Look into the parfor loop in MATLAB: http://www.mathworks.com/help/toolbox/distcomp/parfor.html
I can't use matlab's 'filter' function, because it can only average
things before the current point, right?
That is not correct. You can always add samples (i.e, adding or removing zeros) from your data or from the filtered data. Since filtering with filter (you can also use conv by the way) is a linear action, it won't change the result (it's like adding and removing zeros, which does nothing, and then filtering. Then linearity allows you to swap the order to add samples -> filter -> remove sample).
Anyway, in your example, you can take the averaging kernel to be:
weights = 1 ./ [3 2 1 2 3]; % this kernel introduces a delay of 2 samples
and then simply:
result = filter(w,1,[data, zeros(1,3)]); % or conv (data, w)
% removing the delay introduced by the kernel
result = result (3:end-1);
You considered only 2 options:
Multiplying 1.3M*1.3M matrix with a vector once or multiplying 2 1.3M vectors 1.3M times.
But you can divide your weight matrix to as many sub-matrices as you wish and do a multiplication of n*1.3M matrix with the vector 1.3M/n times.
I assume that the fastest will be when there will be the smallest number of iterations and n is such that creates the largest sub-matrix that fits in your memory, without making your computer start swapping pages to your hard drive.
with your memory size you should start with n=5000.
you can also make it faster by using parfor (with n divided by the number of processors).
The brute force way will probably work for you, with one minor optimisation in the mix.
The ^-0.1 operations to create the weights will take a lot longer than the + and * operations to compute the weighted-means, but you re-use the weights across all the million weighted-mean operations.

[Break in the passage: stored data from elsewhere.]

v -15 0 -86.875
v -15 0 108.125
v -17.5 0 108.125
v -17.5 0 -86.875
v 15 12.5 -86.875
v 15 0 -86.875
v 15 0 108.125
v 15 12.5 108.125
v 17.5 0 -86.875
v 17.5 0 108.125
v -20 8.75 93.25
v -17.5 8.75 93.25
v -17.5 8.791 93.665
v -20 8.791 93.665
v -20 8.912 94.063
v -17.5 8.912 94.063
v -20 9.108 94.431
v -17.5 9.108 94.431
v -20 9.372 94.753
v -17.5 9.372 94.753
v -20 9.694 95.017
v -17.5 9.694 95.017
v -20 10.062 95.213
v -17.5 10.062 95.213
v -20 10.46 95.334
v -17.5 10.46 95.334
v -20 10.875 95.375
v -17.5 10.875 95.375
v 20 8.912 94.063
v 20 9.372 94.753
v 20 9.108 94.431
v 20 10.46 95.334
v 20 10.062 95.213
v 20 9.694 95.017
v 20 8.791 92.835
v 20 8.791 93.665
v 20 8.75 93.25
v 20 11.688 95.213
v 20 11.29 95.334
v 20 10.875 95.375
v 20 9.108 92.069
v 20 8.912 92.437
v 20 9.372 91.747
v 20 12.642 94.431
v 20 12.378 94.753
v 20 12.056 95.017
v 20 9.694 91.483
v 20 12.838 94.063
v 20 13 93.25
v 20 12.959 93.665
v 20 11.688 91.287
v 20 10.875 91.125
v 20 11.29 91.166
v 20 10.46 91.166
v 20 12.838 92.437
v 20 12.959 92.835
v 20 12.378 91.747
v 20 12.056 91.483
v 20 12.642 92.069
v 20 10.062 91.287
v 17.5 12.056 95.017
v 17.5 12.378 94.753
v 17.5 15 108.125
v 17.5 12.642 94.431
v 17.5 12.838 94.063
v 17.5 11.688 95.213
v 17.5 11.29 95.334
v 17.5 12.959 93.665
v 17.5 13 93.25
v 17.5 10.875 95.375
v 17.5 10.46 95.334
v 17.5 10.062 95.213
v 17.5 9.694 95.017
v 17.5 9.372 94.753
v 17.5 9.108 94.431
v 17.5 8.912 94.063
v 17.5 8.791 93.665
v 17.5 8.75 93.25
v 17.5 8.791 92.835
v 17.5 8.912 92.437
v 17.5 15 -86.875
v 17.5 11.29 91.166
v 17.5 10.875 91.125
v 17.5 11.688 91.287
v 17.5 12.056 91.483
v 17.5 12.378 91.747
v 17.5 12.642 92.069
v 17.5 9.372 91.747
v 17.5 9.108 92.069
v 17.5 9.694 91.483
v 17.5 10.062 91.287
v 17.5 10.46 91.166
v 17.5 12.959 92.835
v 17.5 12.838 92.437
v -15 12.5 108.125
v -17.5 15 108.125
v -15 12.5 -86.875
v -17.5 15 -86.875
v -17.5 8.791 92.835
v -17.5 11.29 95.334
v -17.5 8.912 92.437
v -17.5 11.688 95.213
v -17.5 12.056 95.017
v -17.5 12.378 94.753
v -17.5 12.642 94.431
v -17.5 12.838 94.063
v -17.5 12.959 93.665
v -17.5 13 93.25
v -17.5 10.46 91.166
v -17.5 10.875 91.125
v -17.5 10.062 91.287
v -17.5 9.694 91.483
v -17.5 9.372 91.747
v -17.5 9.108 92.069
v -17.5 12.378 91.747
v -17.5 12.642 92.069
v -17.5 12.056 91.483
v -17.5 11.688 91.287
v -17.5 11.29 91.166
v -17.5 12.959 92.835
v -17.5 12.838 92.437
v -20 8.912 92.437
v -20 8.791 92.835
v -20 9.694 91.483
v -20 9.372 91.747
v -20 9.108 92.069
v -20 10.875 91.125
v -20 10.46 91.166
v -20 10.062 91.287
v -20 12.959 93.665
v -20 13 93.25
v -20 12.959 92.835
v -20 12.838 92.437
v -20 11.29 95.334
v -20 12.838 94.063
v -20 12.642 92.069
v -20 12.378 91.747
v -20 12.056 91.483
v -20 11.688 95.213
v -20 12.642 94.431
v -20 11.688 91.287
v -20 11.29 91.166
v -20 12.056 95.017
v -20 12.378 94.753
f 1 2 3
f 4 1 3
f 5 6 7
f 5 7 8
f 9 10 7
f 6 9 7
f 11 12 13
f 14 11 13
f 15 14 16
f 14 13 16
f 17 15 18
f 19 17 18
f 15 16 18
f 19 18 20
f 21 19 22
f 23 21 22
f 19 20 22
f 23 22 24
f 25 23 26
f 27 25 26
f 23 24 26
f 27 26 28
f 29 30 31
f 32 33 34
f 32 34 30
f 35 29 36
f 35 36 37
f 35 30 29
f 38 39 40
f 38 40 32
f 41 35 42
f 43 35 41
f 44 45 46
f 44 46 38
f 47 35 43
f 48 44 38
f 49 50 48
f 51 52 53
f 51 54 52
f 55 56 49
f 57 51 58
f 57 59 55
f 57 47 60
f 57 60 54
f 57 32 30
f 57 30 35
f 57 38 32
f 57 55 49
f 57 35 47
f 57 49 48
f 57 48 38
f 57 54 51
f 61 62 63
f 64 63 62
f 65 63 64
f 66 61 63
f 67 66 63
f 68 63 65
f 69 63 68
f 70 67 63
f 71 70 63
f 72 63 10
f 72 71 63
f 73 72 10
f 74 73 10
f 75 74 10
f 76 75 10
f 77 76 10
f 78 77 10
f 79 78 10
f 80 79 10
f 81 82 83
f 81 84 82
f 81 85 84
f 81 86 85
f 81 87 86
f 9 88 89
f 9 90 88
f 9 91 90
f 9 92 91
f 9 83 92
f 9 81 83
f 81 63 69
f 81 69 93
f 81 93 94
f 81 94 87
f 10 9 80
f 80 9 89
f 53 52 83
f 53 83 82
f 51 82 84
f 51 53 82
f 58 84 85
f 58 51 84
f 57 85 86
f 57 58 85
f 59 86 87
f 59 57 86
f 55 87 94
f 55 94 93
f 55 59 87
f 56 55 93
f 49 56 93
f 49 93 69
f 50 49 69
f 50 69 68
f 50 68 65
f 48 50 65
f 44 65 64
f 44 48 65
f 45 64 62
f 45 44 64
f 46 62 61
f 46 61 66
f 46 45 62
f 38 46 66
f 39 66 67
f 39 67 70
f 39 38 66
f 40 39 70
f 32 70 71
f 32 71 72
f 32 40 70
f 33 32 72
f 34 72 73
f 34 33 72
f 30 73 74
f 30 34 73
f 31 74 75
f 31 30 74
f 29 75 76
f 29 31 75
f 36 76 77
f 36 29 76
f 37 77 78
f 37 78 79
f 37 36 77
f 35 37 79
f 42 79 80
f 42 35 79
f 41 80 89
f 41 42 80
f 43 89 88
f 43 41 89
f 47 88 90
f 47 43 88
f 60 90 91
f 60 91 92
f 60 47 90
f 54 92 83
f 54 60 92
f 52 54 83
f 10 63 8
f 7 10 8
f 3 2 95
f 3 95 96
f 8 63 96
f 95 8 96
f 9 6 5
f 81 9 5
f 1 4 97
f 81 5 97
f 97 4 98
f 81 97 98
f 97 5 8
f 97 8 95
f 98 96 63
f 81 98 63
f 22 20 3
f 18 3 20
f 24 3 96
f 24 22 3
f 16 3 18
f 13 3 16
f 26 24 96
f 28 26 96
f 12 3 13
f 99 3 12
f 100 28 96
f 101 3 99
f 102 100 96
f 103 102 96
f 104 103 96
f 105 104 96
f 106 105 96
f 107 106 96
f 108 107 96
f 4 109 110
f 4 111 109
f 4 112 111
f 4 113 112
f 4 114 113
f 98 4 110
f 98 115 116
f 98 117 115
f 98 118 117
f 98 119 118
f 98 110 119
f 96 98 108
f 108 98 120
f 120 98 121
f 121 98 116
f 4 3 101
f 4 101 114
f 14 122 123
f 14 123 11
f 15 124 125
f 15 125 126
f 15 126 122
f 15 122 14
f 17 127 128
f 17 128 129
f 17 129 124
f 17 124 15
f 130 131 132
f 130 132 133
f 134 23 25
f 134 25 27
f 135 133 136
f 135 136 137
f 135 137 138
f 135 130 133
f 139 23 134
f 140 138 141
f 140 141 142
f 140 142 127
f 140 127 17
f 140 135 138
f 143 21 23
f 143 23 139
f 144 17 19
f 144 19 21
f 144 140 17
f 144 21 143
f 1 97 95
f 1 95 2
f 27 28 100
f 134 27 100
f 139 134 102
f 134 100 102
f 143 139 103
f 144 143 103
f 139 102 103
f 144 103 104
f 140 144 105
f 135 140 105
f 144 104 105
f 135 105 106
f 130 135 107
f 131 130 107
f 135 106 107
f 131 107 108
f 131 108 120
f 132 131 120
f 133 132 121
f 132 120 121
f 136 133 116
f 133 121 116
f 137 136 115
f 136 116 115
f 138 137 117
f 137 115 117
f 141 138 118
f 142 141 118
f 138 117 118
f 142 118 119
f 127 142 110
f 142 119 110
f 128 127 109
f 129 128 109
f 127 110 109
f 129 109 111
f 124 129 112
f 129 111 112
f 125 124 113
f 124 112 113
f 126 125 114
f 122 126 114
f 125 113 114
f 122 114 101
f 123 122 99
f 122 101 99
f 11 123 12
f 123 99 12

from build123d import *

# Parameters (mm, degrees)
SKETCH1_W           = 35
SKETCH1_H           = 195
BOSS_EXTRUDE1_DEPTH = 15
BOSS_EXTRUDE2_DEPTH = 2.5
BOSS_EXTRUDE3_START = 2.5
SKETCH3_R           = 2.125
BOSS_EXTRUDE3_DEPTH = 2.5
SKETCH4_W           = 30
SKETCH4_H           = 25
CUT_EXTRUDE1_DEPTH  = 260.5
SKETCH5_W           = 10.625
SKETCH5_H           = 15
CUT_EXTRUDE2_DEPTH  = 65
BOSS_EXTRUDE4_DEPTH = 10.625


with BuildPart() as part:
    # Sketch1 → Boss-Extrude1 (new body)
    with BuildSketch(Plane(origin=(0, 0, 0), x_dir=(1, 0, 0), z_dir=(0, 1, 0))):
        Rectangle(SKETCH1_W, SKETCH1_H)
    extrude(amount=BOSS_EXTRUDE1_DEPTH)

    # Sketch2 → Boss-Extrude2 (add)
    with BuildSketch(Plane.ZY.offset(17.5)):
        with BuildLine():
            ThreePointArc((95.375, 10.875), (94.75260191, 12.37760191), (93.25, 13))
            ThreePointArc((93.25, 13), (91.125, 10.875), (93.25, 8.75))
            ThreePointArc((93.25, 8.75), (94.75260191, 9.37239809), (95.375, 10.875))
        make_face()
    extrude(amount=BOSS_EXTRUDE2_DEPTH)

    # Sketch3 → Boss-Extrude3 (add)
    with BuildSketch(Plane(origin=(17.5, 0, 0), x_dir=(0, 0, -1), z_dir=(1, 0, 0)).offset(BOSS_EXTRUDE3_START)):
        with Locations((-93.25, 10.875)):
            Circle(SKETCH3_R)
    extrude(amount=-BOSS_EXTRUDE3_DEPTH)

    # Sketch4 → Cut-Extrude1 (cut)
    with BuildSketch(Plane.XY.offset(97.5)):
        Rectangle(SKETCH4_W, SKETCH4_H)
    extrude(amount=-CUT_EXTRUDE1_DEPTH, mode=Mode.SUBTRACT)

    # Sketch5 → Cut-Extrude2 (cut)
    with BuildSketch(Plane.ZY.offset(17.5)):
        with Locations((-92.1875, 7.5)):
            Rectangle(SKETCH5_W, SKETCH5_H)
    extrude(amount=-CUT_EXTRUDE2_DEPTH, mode=Mode.SUBTRACT)

    # Sketch6 → Boss-Extrude4 (add)
    with BuildSketch(Plane.XY.offset(97.5)):
        Polygon((-17.5, 15), (17.5, 15), (17.5, 0), (15, 0), (15, 12.5), (-15, 12.5), (-15, 0), (-17.5, 0), align=None)
    extrude(amount=BOSS_EXTRUDE4_DEPTH)


solid = part.part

The algorithm becomes:
Create a weightings vector with all the weights any computation would need:
weights = (-n:n).^-0.1
For each element in the vector:
Index the relevent portion of the weights vector to consider the current element as the 'centre'.
Perform the weighted-mean with the weights portion and the entire vector. This can be done with a fast vector dot-multiply followed by a scalar division.
The main loop does n^2 additions and subractions. With n equal to 1.3 million that's 3.4 trillion operations. A single core of a modern 3GHz CPU can do say 6 billion additions/multiplications a second, so that comes out to around 10 minutes. Add time for indexing the weights vector and overheads, and I still estimate you could come in under half an hour.